The motor insurance industry's first open debate with the Rt. Hon Jack Straw MP, hosted by I Love Claims on Wednesday 28th September, saw panel members including Donna Scully (Chairman of MASS), Ian Hughes (CEO Consumer Intelligence), David Sandhu (CEO AI Claims Solutions plc), Stephen Walker (Head of Operations at Provident Insurance) and Nick Starling (Director of General Insurance ABI) facing an audience of 130 professionals.

The Claims Event on 12th October took on a similar format and delegates were informed how Mr Straw intends to push for referral fees to be made a criminal offence, and that the trade in customer data should be similarly outlawed. He revealed that the government will sit and rule on a bill before Christmas which he said he was "extremely confident" would be carried.

However, with consensus beginning to grow a ban on referral fees would not have the desired effect and   reduce motor insurance premiums on its own, whiplash has emerged as Mr Straw's biggest grievance. He stated an ambition to make it impossible to claim for injuries occurring under 15mph unless legitimate tangible evidence is supplied.

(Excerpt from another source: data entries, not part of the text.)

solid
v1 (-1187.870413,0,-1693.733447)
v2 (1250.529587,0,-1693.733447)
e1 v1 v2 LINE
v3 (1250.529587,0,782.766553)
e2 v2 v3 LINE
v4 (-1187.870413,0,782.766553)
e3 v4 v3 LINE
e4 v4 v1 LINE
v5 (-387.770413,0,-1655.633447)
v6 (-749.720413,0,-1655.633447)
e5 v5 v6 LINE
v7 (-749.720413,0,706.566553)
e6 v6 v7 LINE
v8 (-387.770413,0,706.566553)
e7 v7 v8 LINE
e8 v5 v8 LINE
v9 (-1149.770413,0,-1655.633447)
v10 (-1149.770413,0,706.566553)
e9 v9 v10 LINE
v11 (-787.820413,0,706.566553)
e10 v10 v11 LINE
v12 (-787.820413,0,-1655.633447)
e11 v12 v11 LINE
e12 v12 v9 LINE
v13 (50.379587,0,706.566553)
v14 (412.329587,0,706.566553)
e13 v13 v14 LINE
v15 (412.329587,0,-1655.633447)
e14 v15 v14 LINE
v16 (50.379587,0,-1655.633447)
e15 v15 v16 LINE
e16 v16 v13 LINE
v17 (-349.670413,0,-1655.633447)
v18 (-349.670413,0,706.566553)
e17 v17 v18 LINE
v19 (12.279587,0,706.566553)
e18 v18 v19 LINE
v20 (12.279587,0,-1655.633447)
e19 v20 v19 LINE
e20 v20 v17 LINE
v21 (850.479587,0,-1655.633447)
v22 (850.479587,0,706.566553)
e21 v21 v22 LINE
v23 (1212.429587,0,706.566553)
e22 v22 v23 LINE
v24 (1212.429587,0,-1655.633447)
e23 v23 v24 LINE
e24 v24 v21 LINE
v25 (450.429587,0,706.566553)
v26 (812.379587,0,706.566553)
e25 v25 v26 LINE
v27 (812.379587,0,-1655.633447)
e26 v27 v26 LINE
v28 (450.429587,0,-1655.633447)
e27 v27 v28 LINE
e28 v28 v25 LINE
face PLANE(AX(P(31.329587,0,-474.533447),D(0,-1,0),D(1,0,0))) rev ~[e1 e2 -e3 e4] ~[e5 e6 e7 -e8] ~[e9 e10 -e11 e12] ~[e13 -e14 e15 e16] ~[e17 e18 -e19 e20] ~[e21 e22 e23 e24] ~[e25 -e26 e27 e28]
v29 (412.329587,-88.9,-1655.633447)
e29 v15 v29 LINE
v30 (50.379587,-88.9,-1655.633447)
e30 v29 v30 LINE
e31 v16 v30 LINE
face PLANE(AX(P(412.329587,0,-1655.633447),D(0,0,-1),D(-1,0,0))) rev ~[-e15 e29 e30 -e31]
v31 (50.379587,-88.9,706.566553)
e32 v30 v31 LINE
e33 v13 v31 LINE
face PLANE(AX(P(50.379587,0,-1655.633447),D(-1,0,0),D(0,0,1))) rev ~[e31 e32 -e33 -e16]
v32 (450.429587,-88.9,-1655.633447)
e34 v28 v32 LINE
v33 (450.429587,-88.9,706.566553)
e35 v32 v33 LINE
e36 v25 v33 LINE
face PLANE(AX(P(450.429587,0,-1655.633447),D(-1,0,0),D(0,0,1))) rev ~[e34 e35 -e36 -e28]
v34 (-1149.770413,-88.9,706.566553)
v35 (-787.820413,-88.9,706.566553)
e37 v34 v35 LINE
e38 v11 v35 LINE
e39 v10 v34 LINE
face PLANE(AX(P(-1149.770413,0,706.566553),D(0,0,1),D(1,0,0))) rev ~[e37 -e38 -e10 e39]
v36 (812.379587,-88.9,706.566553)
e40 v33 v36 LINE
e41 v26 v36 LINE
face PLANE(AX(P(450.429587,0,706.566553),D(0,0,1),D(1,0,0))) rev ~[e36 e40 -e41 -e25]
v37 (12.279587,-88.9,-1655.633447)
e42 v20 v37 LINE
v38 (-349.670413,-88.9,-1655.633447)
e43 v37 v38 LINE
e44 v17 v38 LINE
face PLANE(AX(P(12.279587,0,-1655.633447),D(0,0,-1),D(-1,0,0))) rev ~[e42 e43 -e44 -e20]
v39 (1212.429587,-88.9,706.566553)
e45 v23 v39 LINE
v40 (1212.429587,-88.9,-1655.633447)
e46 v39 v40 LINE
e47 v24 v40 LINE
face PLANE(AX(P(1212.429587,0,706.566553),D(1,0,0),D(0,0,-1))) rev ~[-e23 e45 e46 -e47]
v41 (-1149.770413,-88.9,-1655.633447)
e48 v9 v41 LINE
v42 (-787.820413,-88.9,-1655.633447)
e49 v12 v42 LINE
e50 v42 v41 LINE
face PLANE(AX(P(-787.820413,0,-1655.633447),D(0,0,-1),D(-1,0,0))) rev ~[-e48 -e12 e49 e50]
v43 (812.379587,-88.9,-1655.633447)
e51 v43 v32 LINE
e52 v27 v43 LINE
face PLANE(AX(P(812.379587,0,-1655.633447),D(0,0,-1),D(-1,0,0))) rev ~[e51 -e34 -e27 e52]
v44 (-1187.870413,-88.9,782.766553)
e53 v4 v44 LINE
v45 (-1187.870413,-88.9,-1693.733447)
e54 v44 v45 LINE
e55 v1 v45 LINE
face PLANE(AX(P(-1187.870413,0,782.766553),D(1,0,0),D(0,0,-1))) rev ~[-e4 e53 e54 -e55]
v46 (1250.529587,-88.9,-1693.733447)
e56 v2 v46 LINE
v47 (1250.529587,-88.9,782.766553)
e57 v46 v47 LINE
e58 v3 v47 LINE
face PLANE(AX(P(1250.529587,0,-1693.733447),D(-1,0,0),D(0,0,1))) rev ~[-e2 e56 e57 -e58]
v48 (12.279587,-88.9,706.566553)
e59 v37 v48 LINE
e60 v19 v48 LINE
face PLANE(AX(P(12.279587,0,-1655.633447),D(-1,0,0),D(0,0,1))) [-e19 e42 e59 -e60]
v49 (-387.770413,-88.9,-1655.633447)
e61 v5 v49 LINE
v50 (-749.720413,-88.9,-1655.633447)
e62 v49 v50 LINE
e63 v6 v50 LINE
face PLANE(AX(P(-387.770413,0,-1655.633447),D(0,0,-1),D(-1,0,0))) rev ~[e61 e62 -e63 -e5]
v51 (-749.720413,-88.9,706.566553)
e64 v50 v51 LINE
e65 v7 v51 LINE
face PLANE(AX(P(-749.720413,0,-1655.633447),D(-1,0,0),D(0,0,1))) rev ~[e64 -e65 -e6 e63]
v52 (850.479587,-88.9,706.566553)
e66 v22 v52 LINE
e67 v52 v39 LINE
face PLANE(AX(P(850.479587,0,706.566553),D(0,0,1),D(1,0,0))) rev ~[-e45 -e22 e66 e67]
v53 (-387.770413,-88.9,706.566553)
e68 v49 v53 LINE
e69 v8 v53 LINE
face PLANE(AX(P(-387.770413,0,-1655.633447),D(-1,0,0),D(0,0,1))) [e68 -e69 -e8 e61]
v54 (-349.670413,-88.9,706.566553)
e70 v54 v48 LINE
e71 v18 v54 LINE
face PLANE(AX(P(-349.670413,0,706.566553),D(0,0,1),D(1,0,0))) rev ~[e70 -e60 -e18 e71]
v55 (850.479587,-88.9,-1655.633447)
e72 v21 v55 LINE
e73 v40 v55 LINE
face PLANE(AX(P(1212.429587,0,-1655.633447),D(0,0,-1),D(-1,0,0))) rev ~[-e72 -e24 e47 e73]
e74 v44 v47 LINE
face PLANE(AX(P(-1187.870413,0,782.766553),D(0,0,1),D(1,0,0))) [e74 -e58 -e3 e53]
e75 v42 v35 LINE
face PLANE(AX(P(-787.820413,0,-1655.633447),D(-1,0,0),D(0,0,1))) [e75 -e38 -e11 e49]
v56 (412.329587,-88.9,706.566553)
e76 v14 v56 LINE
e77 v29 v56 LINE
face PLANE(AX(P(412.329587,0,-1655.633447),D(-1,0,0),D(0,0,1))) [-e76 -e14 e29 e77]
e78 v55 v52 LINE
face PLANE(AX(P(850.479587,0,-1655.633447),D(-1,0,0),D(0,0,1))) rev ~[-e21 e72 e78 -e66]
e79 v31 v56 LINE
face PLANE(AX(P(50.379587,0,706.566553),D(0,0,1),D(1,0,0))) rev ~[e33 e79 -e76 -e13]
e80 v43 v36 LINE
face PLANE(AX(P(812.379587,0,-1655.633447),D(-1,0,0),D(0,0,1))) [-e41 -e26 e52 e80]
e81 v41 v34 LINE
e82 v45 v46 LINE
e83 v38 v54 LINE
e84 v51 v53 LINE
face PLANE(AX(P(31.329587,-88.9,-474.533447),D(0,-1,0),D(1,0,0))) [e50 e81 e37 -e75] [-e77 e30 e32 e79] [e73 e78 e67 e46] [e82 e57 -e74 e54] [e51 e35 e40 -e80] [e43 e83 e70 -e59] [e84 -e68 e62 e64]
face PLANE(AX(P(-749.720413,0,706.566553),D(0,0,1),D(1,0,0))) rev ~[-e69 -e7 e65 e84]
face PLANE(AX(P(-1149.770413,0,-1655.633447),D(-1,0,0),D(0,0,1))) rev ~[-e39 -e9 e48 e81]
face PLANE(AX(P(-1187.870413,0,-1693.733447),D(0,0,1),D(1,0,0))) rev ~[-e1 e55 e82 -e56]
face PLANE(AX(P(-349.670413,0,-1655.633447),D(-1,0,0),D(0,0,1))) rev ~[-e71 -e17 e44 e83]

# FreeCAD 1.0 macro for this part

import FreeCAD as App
import Part
import Sketcher
from FreeCAD import Vector
Q = App.Units.Quantity


def add_polygon(sketch, points):
    """Adds a closed chain of lines whose ends are joined by coincident constraints."""
    first, n = sketch.GeometryCount, len(points)
    for a, b in zip(points, points[1:] + points[:1]):
        sketch.addGeometry(Part.LineSegment(App.Vector(*a, 0), App.Vector(*b, 0)), False)
    for i in range(n):
        sketch.addConstraint(Sketcher.Constraint("Coincident", first + i, 2, first + (i + 1) % n, 1))

doc = App.newDocument("Part")
body = doc.addObject("PartDesign::Body", "Body")

sketch1 = body.newObject("Sketcher::SketchObject", "Sketch")
sketch1.AttachmentSupport = (doc.getObject("XZ_Plane"), [""])
sketch1.MapMode = "FlatFace"
add_polygon(sketch1, [(-1188, -1694), (1251, -1694), (1251, 783), (-1188, 783)])
add_polygon(sketch1, [(1212, -1656), (850, -1656), (850, 707), (1212, 707)])
add_polygon(sketch1, [(812, -1656), (450, -1656), (450, 707), (812, 707)])
add_polygon(sketch1, [(412, -1656), (50, -1656), (50, 707), (412, 707)])
add_polygon(sketch1, [(12, -1656), (-350, -1656), (-350, 707), (12, 707)])
add_polygon(sketch1, [(-388, -1656), (-750, -1656), (-750, 707), (-388, 707)])
add_polygon(sketch1, [(-788, -1656), (-1150, -1656), (-1150, 707), (-788, 707)])
sketch1.addConstraint(Sketcher.Constraint("Horizontal", 0))
sketch1.addConstraint(Sketcher.Constraint("Vertical", 1))
sketch1.addConstraint(Sketcher.Constraint("Horizontal", 2))
sketch1.addConstraint(Sketcher.Constraint("Vertical", 3))
sketch1.addConstraint(Sketcher.Constraint("Horizontal", 4))
sketch1.addConstraint(Sketcher.Constraint("Vertical", 5))
sketch1.addConstraint(Sketcher.Constraint("Horizontal", 6))
sketch1.addConstraint(Sketcher.Constraint("Vertical", 7))
sketch1.addConstraint(Sketcher.Constraint("Horizontal", 8))
sketch1.addConstraint(Sketcher.Constraint("Vertical", 9))
sketch1.addConstraint(Sketcher.Constraint("Horizontal", 10))
sketch1.addConstraint(Sketcher.Constraint("Vertical", 11))
sketch1.addConstraint(Sketcher.Constraint("Horizontal", 12))
sketch1.addConstraint(Sketcher.Constraint("Vertical", 13))
sketch1.addConstraint(Sketcher.Constraint("Horizontal", 14))
sketch1.addConstraint(Sketcher.Constraint("Vertical", 15))
sketch1.addConstraint(Sketcher.Constraint("Horizontal", 16))
sketch1.addConstraint(Sketcher.Constraint("Vertical", 17))
sketch1.addConstraint(Sketcher.Constraint("Horizontal", 18))
sketch1.addConstraint(Sketcher.Constraint("Vertical", 19))
sketch1.addConstraint(Sketcher.Constraint("Horizontal", 20))
sketch1.addConstraint(Sketcher.Constraint("Vertical", 21))
sketch1.addConstraint(Sketcher.Constraint("Horizontal", 22))
sketch1.addConstraint(Sketcher.Constraint("Vertical", 23))
sketch1.addConstraint(Sketcher.Constraint("Horizontal", 24))
sketch1.addConstraint(Sketcher.Constraint("Vertical", 25))
sketch1.addConstraint(Sketcher.Constraint("Horizontal", 26))
sketch1.addConstraint(Sketcher.Constraint("Vertical", 27))
sketch1.addConstraint(Sketcher.Constraint("Horizontal", 7, 2, 8, 2))
sketch1.addConstraint(Sketcher.Constraint("Horizontal", 6, 2, 9, 2))
sketch1.addConstraint(Sketcher.Constraint("Horizontal", 11, 2, 12, 2))
sketch1.addConstraint(Sketcher.Constraint("Horizontal", 10, 2, 13, 2))
sketch1.addConstraint(Sketcher.Constraint("Horizontal", 15, 2, 16, 2))
sketch1.addConstraint(Sketcher.Constraint("Horizontal", 14, 2, 17, 2))
sketch1.addConstraint(Sketcher.Constraint("Horizontal", 19, 2, 20, 2))
sketch1.addConstraint(Sketcher.Constraint("Horizontal", 18, 2, 21, 2))
sketch1.addConstraint(Sketcher.Constraint("Horizontal", 23, 2, 24, 2))
sketch1.addConstraint(Sketcher.Constraint("Horizontal", 22, 2, 25, 2))
sketch1.addConstraint(Sketcher.Constraint("Equal", 6, 8))
sketch1.addConstraint(Sketcher.Constraint("Equal", 10, 12))
sketch1.addConstraint(Sketcher.Constraint("Equal", 14, 16))
sketch1.addConstraint(Sketcher.Constraint("Equal", 18, 20))
sketch1.addConstraint(Sketcher.Constraint("Equal", 22, 24))
sketch1.addConstraint(Sketcher.Constraint("DistanceX", 0, 1, 0, 2, Q("96 in")))
sketch1.addConstraint(Sketcher.Constraint("DistanceY", 5, 1, 5, 2, Q("93 in")))
sketch1.addConstraint(Sketcher.Constraint("DistanceY", 1, 1, 1, 2, Q("97.5 in")))
sketch1.addConstraint(Sketcher.Constraint("DistanceY", 4, 2, 1, 2, Q("96 in")))
sketch1.addConstraint(Sketcher.Constraint("DistanceX", 8, 2, 7, 2, Q("30 in")))
sketch1.addConstraint(Sketcher.Constraint("DistanceX", 12, 2, 11, 2, Q("30 in")))
sketch1.addConstraint(Sketcher.Constraint("DistanceX", 16, 2, 15, 2, Q("30 in")))
sketch1.addConstraint(Sketcher.Constraint("DistanceX", 3, 2, 16, 2, Q("33 in")))
sketch1.addConstraint(Sketcher.Constraint("DistanceX", 20, 2, 19, 2, Q("30 in")))
sketch1.addConstraint(Sketcher.Constraint("DistanceX", 24, 2, 23, 2, Q("30 in")))
sketch1.addConstraint(Sketcher.Constraint("DistanceX", 4, 2, 4, 1, Q("14.25 in")))
sketch1.addConstraint(Sketcher.Constraint("DistanceX", -1, 1, 0, 2, 1250.529587))
sketch1.addConstraint(Sketcher.Constraint("DistanceY", 0, 2, -1, 1, 1693.733447))
pad1 = body.newObject("PartDesign::Pad", "Pad")
pad1.Profile = sketch1
pad1.Length = Q("3.5 in")

doc.recompute()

Dr Simon Margolis, chief executive of Premex Group challenged accusations made by Mr Straw in the House of Commons, about the quality of medical evidence in personal injury, explaining that the former Justice Secretary had failed to acknowledge how the modern delivery of expert medical evidence is carried out: "I believe our panel of experts would appreciate the opportunity to challenge Mr Straw on this assertion and I invite him to do so at our next   Expert Seminar at the Royal College of Physicians on 30th November. Premex Group undertakes work for both sides of the industry with reports prepared by the same cohort of medical experts irrespective of the source of the instruction - claimant or defendant.

"The 'hired gun' to which I believe Mr Straw refers has been largely eradicated by the Woolf reforms and medical reporting agencies such as ourselves have introduced an unbiased, professional approach to the delivery of medical evidence in the personal injury process," continued Dr Margolis.  

"Developing authoritative guidance on the diagnosis of an injury is not a straightforward task. There is no blood test or imaging modality currently in existence that can prove or disprove an injury was sustained or whether symptoms are being experienced. That is why a combination of the taking of a history and the laying on of hands during clinical examination by a medical expert remains the appropriate approach. Much can be learned from the general demeanour of the claimant and the way the history is delivered."